◆ **How to complete this task**
What number of lines in the records below hold the word "ThreePointArc"? Give that number alone.

Records supplied: Begin

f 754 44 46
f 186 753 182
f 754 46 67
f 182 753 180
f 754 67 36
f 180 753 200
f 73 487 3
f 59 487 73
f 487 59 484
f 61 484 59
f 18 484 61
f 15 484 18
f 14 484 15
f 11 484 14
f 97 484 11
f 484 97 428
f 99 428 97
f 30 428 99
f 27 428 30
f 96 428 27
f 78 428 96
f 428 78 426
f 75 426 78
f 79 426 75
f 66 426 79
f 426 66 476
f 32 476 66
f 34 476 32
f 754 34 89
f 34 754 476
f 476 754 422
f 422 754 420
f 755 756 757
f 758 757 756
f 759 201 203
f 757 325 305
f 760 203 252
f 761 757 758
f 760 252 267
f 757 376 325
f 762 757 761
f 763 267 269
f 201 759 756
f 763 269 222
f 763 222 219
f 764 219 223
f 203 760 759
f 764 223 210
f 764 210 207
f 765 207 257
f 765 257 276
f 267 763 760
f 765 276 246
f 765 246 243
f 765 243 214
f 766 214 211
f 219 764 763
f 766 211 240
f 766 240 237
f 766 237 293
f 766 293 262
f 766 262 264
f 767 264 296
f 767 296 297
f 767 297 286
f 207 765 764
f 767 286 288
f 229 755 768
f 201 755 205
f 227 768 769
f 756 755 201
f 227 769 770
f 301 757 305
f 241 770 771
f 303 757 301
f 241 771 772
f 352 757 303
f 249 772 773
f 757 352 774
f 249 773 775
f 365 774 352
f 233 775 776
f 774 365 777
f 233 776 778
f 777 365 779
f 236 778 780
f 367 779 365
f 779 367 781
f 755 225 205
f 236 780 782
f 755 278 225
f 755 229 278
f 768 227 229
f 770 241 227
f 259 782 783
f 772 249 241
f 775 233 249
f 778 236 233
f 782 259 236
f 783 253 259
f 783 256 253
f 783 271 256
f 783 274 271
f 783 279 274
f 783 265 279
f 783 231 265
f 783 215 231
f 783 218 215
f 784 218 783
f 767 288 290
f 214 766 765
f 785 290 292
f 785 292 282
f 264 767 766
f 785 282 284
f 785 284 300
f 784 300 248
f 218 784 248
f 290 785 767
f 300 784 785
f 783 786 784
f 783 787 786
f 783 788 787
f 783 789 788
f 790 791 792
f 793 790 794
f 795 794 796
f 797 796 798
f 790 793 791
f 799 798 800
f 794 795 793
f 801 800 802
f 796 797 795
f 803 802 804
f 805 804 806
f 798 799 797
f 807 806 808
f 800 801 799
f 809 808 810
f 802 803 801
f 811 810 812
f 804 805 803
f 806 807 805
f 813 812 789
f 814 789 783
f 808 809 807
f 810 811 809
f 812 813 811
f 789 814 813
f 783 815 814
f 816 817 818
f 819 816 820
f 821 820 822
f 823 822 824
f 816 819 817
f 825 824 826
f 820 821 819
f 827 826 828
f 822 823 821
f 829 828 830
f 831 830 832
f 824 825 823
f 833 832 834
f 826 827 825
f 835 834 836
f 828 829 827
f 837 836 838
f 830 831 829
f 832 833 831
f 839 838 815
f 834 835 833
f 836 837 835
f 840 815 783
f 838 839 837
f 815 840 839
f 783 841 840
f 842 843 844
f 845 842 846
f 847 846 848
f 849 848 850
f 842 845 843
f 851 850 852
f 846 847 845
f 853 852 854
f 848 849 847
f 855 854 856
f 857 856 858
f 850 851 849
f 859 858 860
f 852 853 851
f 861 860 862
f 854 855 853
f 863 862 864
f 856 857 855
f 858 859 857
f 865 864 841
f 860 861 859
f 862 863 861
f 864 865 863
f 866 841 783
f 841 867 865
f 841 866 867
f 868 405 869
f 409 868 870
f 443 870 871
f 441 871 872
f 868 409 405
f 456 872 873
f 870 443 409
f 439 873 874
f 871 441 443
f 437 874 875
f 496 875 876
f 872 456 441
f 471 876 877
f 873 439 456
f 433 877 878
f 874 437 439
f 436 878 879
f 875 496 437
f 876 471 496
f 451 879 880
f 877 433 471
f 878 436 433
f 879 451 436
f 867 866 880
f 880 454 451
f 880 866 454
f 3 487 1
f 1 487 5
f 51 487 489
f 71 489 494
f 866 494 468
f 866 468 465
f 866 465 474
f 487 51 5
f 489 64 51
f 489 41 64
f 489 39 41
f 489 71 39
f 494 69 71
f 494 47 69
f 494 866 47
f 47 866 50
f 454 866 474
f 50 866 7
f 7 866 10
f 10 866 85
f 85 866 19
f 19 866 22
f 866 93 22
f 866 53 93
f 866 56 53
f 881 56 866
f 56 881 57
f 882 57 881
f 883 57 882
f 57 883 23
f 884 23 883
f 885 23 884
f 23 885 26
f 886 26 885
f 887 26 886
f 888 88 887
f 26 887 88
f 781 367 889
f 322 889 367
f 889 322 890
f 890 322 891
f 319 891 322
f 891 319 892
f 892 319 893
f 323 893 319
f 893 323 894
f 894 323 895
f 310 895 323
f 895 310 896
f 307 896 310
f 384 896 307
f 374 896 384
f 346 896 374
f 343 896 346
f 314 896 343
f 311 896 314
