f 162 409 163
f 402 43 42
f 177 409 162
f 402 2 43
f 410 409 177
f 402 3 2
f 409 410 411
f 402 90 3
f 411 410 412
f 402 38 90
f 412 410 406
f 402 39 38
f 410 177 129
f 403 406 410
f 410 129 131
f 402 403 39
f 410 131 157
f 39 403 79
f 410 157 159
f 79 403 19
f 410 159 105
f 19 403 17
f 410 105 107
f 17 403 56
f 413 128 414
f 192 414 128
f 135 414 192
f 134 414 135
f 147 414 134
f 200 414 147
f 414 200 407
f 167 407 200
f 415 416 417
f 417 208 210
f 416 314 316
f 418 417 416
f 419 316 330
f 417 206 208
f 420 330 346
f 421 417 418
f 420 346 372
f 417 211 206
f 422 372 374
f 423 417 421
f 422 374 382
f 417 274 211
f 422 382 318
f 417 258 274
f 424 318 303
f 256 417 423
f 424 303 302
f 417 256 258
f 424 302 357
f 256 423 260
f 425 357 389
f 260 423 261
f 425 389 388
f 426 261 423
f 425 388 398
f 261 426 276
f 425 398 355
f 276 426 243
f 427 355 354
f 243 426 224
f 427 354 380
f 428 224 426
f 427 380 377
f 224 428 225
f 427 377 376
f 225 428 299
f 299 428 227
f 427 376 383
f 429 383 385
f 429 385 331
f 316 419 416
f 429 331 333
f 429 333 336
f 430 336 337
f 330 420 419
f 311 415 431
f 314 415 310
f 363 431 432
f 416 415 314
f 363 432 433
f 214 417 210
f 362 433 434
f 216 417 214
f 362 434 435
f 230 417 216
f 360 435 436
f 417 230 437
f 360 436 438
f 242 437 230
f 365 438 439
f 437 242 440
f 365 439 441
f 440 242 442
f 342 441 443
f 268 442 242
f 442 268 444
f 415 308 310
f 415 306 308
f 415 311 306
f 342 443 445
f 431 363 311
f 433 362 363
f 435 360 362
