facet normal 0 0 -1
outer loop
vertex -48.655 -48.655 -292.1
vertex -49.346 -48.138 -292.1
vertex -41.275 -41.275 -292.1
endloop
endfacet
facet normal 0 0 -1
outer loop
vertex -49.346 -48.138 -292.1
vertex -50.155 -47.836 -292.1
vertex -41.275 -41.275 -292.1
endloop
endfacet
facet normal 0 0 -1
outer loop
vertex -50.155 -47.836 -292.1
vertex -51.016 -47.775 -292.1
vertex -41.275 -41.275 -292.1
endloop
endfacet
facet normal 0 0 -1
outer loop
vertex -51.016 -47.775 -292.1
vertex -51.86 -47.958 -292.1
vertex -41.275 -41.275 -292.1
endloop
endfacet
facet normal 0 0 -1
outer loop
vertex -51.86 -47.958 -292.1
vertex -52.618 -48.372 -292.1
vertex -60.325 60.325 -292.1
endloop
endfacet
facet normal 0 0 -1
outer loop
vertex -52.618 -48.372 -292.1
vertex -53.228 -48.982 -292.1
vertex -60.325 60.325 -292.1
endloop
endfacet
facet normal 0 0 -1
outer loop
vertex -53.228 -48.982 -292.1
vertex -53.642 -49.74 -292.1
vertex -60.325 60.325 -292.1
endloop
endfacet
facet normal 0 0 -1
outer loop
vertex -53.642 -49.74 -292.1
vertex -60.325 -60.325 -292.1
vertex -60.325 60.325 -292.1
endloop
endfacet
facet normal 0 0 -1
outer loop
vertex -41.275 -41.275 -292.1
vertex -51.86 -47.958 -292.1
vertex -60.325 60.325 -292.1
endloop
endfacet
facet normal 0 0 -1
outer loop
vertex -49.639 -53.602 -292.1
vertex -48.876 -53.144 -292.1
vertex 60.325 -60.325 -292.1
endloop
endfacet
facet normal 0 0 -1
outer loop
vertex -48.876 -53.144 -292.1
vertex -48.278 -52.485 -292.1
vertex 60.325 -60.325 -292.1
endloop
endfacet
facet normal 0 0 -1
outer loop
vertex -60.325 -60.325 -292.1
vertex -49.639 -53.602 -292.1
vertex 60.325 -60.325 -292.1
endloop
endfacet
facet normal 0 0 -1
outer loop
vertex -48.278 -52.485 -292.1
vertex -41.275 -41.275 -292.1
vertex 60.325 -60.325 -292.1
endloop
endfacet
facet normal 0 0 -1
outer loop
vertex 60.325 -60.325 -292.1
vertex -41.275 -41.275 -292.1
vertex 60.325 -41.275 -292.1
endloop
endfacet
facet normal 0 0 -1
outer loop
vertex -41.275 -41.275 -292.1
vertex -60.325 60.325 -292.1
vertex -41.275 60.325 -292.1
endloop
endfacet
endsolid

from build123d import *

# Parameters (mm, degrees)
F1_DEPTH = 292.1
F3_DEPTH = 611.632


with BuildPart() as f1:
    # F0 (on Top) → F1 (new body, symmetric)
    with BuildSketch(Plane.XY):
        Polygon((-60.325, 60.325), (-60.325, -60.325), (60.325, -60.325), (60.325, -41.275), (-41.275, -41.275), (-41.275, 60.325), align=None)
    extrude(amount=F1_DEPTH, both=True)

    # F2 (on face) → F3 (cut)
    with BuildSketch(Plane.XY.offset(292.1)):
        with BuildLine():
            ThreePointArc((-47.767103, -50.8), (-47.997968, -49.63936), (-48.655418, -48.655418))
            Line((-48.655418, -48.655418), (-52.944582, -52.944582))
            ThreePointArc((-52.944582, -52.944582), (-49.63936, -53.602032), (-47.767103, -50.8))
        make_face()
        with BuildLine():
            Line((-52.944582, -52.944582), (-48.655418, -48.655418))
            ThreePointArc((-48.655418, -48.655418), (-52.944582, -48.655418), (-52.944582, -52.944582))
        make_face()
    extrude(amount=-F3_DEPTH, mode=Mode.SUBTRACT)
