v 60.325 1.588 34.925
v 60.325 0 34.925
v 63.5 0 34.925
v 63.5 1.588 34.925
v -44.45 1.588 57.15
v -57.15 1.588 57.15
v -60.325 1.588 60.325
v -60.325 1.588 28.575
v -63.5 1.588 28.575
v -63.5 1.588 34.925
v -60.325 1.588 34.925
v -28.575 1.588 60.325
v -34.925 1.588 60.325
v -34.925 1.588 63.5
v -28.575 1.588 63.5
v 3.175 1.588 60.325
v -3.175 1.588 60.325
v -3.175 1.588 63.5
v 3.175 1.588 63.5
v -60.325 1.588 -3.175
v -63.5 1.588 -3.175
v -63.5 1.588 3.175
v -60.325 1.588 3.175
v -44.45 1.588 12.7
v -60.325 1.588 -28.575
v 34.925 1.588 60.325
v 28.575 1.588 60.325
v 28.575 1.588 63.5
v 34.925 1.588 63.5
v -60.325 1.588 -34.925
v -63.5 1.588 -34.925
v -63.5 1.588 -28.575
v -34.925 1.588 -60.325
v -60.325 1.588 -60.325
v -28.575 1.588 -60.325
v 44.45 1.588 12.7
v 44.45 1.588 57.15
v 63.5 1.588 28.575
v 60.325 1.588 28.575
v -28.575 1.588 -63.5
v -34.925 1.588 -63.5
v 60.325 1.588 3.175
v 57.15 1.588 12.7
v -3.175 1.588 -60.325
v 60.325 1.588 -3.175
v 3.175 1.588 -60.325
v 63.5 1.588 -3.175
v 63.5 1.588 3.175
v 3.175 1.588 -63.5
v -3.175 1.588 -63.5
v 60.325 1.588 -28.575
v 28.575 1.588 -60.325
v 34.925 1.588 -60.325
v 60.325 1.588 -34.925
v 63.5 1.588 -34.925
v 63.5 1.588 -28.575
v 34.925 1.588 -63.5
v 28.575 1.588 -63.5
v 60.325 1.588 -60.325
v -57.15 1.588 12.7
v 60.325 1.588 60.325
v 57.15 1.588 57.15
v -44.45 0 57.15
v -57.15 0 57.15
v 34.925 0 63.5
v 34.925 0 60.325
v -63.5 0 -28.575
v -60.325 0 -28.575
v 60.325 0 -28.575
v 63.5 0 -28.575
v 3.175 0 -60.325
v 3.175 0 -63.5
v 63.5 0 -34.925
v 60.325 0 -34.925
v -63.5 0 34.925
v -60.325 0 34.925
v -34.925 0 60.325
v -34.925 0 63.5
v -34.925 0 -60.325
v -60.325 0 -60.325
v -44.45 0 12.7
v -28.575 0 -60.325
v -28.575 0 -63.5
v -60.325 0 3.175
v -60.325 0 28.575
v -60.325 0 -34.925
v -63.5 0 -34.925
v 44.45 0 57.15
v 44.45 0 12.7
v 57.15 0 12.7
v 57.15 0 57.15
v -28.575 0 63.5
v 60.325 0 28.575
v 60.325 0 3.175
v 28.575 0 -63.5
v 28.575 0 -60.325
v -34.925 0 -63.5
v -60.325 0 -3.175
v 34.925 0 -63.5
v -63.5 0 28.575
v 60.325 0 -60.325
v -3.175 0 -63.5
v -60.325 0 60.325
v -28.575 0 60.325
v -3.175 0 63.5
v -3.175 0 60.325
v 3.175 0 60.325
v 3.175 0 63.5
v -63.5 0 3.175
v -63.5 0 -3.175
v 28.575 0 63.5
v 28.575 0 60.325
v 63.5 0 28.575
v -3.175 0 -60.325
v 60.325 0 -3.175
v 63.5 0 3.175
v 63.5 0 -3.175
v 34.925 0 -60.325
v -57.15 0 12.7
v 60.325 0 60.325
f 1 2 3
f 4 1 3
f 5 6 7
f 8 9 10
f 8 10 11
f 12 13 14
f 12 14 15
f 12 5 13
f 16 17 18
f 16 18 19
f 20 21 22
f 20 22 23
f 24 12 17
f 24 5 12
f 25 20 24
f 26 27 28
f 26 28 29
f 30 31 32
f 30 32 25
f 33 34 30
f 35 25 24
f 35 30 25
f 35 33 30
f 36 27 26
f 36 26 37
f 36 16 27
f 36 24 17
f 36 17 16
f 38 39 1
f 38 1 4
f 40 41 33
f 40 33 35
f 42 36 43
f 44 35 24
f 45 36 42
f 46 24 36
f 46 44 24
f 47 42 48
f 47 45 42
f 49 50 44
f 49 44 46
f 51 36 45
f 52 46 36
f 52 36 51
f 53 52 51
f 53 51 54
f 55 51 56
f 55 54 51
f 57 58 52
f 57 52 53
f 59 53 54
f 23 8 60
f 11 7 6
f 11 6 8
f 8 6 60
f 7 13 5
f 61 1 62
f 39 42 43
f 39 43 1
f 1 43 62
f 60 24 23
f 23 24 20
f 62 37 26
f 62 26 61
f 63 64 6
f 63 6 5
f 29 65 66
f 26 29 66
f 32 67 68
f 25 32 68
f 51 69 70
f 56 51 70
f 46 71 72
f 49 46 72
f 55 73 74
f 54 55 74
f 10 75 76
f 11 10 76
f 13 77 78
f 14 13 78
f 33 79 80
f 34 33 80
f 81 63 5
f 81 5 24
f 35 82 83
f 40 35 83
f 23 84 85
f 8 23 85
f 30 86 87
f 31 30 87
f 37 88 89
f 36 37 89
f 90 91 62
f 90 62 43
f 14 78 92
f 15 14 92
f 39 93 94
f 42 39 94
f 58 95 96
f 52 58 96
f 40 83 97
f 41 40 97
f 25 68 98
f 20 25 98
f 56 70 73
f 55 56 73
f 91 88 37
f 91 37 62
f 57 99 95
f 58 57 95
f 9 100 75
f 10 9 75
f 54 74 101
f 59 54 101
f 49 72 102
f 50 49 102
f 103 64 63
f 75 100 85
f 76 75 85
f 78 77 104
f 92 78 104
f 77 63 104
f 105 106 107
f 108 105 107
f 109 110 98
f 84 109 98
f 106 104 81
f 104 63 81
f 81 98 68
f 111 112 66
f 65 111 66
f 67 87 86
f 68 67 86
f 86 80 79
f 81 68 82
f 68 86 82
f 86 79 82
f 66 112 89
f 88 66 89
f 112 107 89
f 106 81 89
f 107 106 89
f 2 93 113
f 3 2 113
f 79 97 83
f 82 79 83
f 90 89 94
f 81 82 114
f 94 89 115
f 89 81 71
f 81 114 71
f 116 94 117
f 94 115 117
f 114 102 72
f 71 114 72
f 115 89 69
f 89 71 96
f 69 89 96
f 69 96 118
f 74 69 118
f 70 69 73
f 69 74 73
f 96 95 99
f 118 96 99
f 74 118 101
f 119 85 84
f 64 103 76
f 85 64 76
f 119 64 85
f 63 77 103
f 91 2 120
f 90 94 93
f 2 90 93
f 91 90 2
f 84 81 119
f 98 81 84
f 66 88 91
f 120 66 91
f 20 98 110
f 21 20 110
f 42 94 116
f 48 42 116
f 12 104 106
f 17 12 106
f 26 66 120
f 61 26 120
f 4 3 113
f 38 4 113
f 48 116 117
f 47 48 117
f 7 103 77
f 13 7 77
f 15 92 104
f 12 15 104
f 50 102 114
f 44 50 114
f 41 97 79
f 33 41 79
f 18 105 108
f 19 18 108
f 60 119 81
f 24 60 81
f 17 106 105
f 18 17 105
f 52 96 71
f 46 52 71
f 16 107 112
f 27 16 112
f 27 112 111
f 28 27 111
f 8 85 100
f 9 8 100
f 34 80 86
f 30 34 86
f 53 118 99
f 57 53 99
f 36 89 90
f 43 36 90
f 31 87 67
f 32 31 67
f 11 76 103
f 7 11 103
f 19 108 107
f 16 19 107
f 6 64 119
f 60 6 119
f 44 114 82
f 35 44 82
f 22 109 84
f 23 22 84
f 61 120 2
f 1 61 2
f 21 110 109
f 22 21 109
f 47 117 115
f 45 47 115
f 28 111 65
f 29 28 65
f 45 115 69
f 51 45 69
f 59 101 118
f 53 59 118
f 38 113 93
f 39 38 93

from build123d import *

# Parameters (mm, degrees)
SKETCH1_W           = 12.7
SKETCH1_H           = 44.45
BOSS_EXTRUDE1_DEPTH = 1.5875


with BuildPart() as part:
    # Sketch1 → Boss-Extrude1 (new body)
    with BuildSketch(Plane(origin=(0, 0, 0), x_dir=(1, 0, 0), z_dir=(0, 1, 0))):
        Polygon((3.175, 63.5), (-3.175, 63.5), (-3.175, 60.325), (-28.575, 60.325), (-28.575, 63.5), (-34.925, 63.5), (-34.925, 60.325), (-60.325, 60.325), (-60.325, 34.925), (-63.5, 34.925), (-63.5, 28.575), (-60.325, 28.575), (-60.325, 3.175), (-63.5, 3.175), (-63.5, -3.175), (-60.325, -3.175), (-60.325, -28.575), (-63.5, -28.575), (-63.5, -34.925), (-60.325, -34.925), (-60.325, -60.325), (-34.925, -60.325), (-34.925, -63.5), (-28.575, -63.5), (-28.575, -60.325), (-3.175, -60.325), (-3.175, -63.5), (3.175, -63.5), (3.175, -60.325), (28.575, -60.325), (28.575, -63.5), (34.925, -63.5), (34.925, -60.325), (60.325, -60.325), (60.325, -34.925), (63.5, -34.925), (63.5, -28.575), (60.325, -28.575), (60.325, -3.175), (63.5, -3.175), (63.5, 3.175), (60.325, 3.175), (60.325, 28.575), (63.5, 28.575), (63.5, 34.925), (60.325, 34.925), (60.325, 60.325), (34.925, 60.325), (34.925, 63.5), (28.575, 63.5), (28.575, 60.325), (3.175, 60.325), align=None)
        with Locations((50.8, -34.925)):
            Rectangle(SKETCH1_W, SKETCH1_H, mode=Mode.SUBTRACT)
        with Locations((-50.8, -34.925)):
            Rectangle(SKETCH1_W, SKETCH1_H, mode=Mode.SUBTRACT)
    extrude(amount=BOSS_EXTRUDE1_DEPTH)


solid = part.part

Records supplied: End

◆ **Exercise solution**
3